The metric avg_packets_in_batch can be used to track the average number of datagrams received per batch, and the --receive-batch-size flag used to tune it. There may be some benefit to tuning the --max-readers flag as well.

Using the library

In your source code:

import "github.com/atlassian/gostatsd/pkg/statsd"

Documentation can be found via go doc github.com/atlassian/gostatsd/pkg/statsd or at https://godoc.org/github.com/atlassian/gostatsd/pkg/statsd

Contributors

Pull requests, issues and comments welcome. For pull requests:

  • Add tests for new features and bug fixes
  • Follow the existing style
  • Separate unrelated changes into multiple pull requests

See the existing issues for things to start contributing.

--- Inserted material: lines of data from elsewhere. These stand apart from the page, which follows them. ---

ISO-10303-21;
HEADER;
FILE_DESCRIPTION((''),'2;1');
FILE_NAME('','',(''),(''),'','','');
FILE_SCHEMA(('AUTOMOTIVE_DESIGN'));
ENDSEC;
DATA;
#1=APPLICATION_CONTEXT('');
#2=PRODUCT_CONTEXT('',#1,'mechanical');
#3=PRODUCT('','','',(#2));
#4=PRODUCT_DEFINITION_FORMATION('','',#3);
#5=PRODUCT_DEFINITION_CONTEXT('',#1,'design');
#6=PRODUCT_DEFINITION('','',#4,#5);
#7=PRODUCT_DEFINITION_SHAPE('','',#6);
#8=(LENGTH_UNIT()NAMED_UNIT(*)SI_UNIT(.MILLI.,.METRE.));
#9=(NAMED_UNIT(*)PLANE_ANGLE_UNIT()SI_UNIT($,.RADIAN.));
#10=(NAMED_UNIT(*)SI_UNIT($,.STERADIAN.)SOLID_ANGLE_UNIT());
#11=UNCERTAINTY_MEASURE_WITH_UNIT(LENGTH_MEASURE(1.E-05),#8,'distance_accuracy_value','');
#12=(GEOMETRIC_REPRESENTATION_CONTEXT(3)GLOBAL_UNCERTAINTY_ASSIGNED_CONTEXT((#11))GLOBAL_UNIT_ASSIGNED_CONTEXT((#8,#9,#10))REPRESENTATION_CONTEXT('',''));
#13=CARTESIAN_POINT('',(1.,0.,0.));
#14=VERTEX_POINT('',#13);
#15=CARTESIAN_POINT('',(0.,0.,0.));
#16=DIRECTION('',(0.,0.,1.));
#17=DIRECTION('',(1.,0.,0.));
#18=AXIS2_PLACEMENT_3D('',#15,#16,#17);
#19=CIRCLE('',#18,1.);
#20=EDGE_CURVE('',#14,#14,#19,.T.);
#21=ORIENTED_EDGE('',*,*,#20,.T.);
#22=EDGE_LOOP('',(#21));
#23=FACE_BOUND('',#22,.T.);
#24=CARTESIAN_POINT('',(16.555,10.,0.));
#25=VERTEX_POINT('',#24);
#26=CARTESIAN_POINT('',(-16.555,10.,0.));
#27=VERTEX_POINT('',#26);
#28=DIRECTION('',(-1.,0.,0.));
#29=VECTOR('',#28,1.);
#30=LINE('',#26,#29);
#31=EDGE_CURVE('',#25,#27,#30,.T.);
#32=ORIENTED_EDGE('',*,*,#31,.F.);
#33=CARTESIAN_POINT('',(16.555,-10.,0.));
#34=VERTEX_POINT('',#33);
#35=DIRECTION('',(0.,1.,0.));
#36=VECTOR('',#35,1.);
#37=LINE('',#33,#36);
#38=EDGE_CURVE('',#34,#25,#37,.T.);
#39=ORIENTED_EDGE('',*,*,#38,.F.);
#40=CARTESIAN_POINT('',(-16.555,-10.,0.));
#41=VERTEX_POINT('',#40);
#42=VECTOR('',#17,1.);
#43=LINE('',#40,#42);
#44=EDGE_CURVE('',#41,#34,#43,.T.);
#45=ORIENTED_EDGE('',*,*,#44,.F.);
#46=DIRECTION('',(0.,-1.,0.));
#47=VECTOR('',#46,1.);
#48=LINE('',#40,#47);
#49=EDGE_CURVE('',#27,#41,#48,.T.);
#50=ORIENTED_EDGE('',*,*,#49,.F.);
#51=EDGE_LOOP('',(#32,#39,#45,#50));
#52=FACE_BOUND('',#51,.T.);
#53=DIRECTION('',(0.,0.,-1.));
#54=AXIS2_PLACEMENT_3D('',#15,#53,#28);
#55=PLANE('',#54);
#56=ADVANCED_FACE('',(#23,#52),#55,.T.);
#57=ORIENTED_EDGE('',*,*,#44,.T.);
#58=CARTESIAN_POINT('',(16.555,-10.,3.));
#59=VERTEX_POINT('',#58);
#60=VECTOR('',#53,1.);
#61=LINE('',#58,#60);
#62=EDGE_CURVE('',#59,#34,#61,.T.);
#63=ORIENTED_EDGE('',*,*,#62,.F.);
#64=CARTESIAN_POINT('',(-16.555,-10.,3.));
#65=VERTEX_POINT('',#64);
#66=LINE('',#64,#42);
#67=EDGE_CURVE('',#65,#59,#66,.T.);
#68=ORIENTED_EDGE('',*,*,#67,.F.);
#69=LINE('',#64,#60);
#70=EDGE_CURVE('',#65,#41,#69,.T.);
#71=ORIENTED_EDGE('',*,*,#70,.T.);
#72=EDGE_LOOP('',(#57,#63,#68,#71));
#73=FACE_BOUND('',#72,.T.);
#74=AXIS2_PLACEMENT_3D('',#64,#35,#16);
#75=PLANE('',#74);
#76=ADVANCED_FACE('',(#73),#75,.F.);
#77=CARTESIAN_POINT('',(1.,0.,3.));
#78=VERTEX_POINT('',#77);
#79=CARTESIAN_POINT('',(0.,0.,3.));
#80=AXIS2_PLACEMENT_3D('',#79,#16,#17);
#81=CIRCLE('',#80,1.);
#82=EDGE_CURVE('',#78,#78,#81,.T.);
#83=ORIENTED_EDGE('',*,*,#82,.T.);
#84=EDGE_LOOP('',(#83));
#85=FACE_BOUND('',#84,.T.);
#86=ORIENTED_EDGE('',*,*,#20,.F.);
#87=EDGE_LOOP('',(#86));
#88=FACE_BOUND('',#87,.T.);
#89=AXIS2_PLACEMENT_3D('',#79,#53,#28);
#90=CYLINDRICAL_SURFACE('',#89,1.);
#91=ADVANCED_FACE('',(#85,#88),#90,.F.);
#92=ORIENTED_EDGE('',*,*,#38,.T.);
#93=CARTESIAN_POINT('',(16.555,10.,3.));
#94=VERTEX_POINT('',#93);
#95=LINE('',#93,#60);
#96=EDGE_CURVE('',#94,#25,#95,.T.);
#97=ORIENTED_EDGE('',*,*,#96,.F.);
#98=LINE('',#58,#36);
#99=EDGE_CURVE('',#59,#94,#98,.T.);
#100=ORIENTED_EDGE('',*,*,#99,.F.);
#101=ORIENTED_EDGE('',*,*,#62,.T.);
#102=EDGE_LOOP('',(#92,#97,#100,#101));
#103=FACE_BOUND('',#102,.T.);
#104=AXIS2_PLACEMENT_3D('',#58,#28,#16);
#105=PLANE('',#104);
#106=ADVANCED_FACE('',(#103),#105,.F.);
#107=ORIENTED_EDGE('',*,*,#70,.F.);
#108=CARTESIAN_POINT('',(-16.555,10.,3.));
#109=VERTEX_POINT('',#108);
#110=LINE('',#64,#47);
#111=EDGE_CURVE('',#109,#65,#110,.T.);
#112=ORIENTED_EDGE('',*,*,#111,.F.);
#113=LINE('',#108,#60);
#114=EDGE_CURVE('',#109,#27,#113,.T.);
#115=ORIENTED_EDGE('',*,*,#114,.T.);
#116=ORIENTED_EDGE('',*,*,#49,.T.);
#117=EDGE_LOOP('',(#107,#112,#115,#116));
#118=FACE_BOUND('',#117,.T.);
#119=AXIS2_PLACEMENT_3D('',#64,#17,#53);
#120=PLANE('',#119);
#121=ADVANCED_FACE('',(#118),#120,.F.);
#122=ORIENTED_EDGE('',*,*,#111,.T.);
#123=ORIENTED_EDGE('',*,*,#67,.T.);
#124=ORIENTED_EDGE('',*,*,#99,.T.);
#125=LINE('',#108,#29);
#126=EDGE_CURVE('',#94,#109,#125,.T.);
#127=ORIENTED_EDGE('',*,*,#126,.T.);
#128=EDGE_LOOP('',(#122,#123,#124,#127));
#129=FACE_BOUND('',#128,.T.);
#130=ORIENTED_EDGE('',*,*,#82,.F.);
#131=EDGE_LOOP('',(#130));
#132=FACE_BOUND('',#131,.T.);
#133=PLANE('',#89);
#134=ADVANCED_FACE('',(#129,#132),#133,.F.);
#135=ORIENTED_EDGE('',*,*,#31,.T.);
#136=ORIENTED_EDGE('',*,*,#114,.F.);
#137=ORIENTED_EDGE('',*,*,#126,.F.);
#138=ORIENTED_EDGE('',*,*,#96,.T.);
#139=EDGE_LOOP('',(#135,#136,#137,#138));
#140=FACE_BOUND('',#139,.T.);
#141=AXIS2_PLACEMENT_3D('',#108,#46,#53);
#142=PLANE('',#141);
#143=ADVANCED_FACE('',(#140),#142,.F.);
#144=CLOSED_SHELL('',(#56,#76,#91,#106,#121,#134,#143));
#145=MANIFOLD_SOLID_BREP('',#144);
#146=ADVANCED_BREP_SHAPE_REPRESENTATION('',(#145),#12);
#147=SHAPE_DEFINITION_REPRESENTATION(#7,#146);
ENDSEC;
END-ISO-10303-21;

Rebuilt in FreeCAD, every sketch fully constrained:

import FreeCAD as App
import Part
import Sketcher

doc = App.newDocument("Part")
body = doc.addObject("PartDesign::Body", "Body")

# Sketch on XY plane
sketch1 = doc.addObject("Sketcher::SketchObject", "Sketch")
body.addObject(sketch1)
sketch1.AttachmentSupport = (doc.XY_Plane, [""])
sketch1.MapMode = "FlatFace"
sketch1.addGeometry([
    Part.LineSegment(App.Vector(-16.555, 10, 0), App.Vector(-16.555, -10, 0)),  # 0
    Part.LineSegment(App.Vector(-16.555, -10, 0), App.Vector(16.555, -10, 0)),  # 1
    Part.LineSegment(App.Vector(16.555, -10, 0), App.Vector(16.555, 10, 0)),  # 2
    Part.LineSegment(App.Vector(16.555, 10, 0), App.Vector(-16.555, 10, 0)),  # 3
    Part.Circle(App.Vector(0, 0, 0), App.Vector(0, 0, 1), 1),  # 4
], False)
sketch1.addConstraint([
    Sketcher.Constraint("Coincident", 0, 2, 1, 1),
    Sketcher.Constraint("Coincident", 1, 2, 2, 1),
    Sketcher.Constraint("Coincident", 2, 2, 3, 1),
    Sketcher.Constraint("Coincident", 3, 2, 0, 1),
    Sketcher.Constraint("Vertical", 0),
    Sketcher.Constraint("Horizontal", 1),
    Sketcher.Constraint("Vertical", 2),
    Sketcher.Constraint("Horizontal", 3),
    Sketcher.Constraint("Coincident", 4, 3, -1, 1),
    Sketcher.Constraint("Symmetric", 0, 2, 2, 2, -1, 1),
    Sketcher.Constraint("Diameter", 4, 2.0),
    Sketcher.Constraint("DistanceY", 0, 2, 0, 1, 20.0),
    Sketcher.Constraint("DistanceX", 1, 1, 1, 2, 33.11),
])
pad1 = doc.addObject("PartDesign::Pad", "Pad")
body.addObject(pad1)
pad1.Profile = sketch1
pad1.Length = 3

doc.recompute()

For bigger changes, make sure you start a discussion first by creating an issue and explaining the intended change.

Atlassian requires contributors to sign a Contributor License Agreement, known as a CLA. This serves as a record stating that the contributor is entitled to contribute the code/documentation/translation to the project and is willing to have it used in distributions and derivative works (or is willing to transfer ownership).

Prior to accepting your contributions we ask that you please follow the appropriate link below to digitally sign the CLA. The Corporate CLA is for those who are contributing as a member of an organization and the individual CLA is for those contributing as an individual.

License

Copyright (c) 2012 Kamil Kisiel. Copyright @ 2016-2017 Atlassian Pty Ltd and others.

Licensed under the MIT license. See LICENSE file.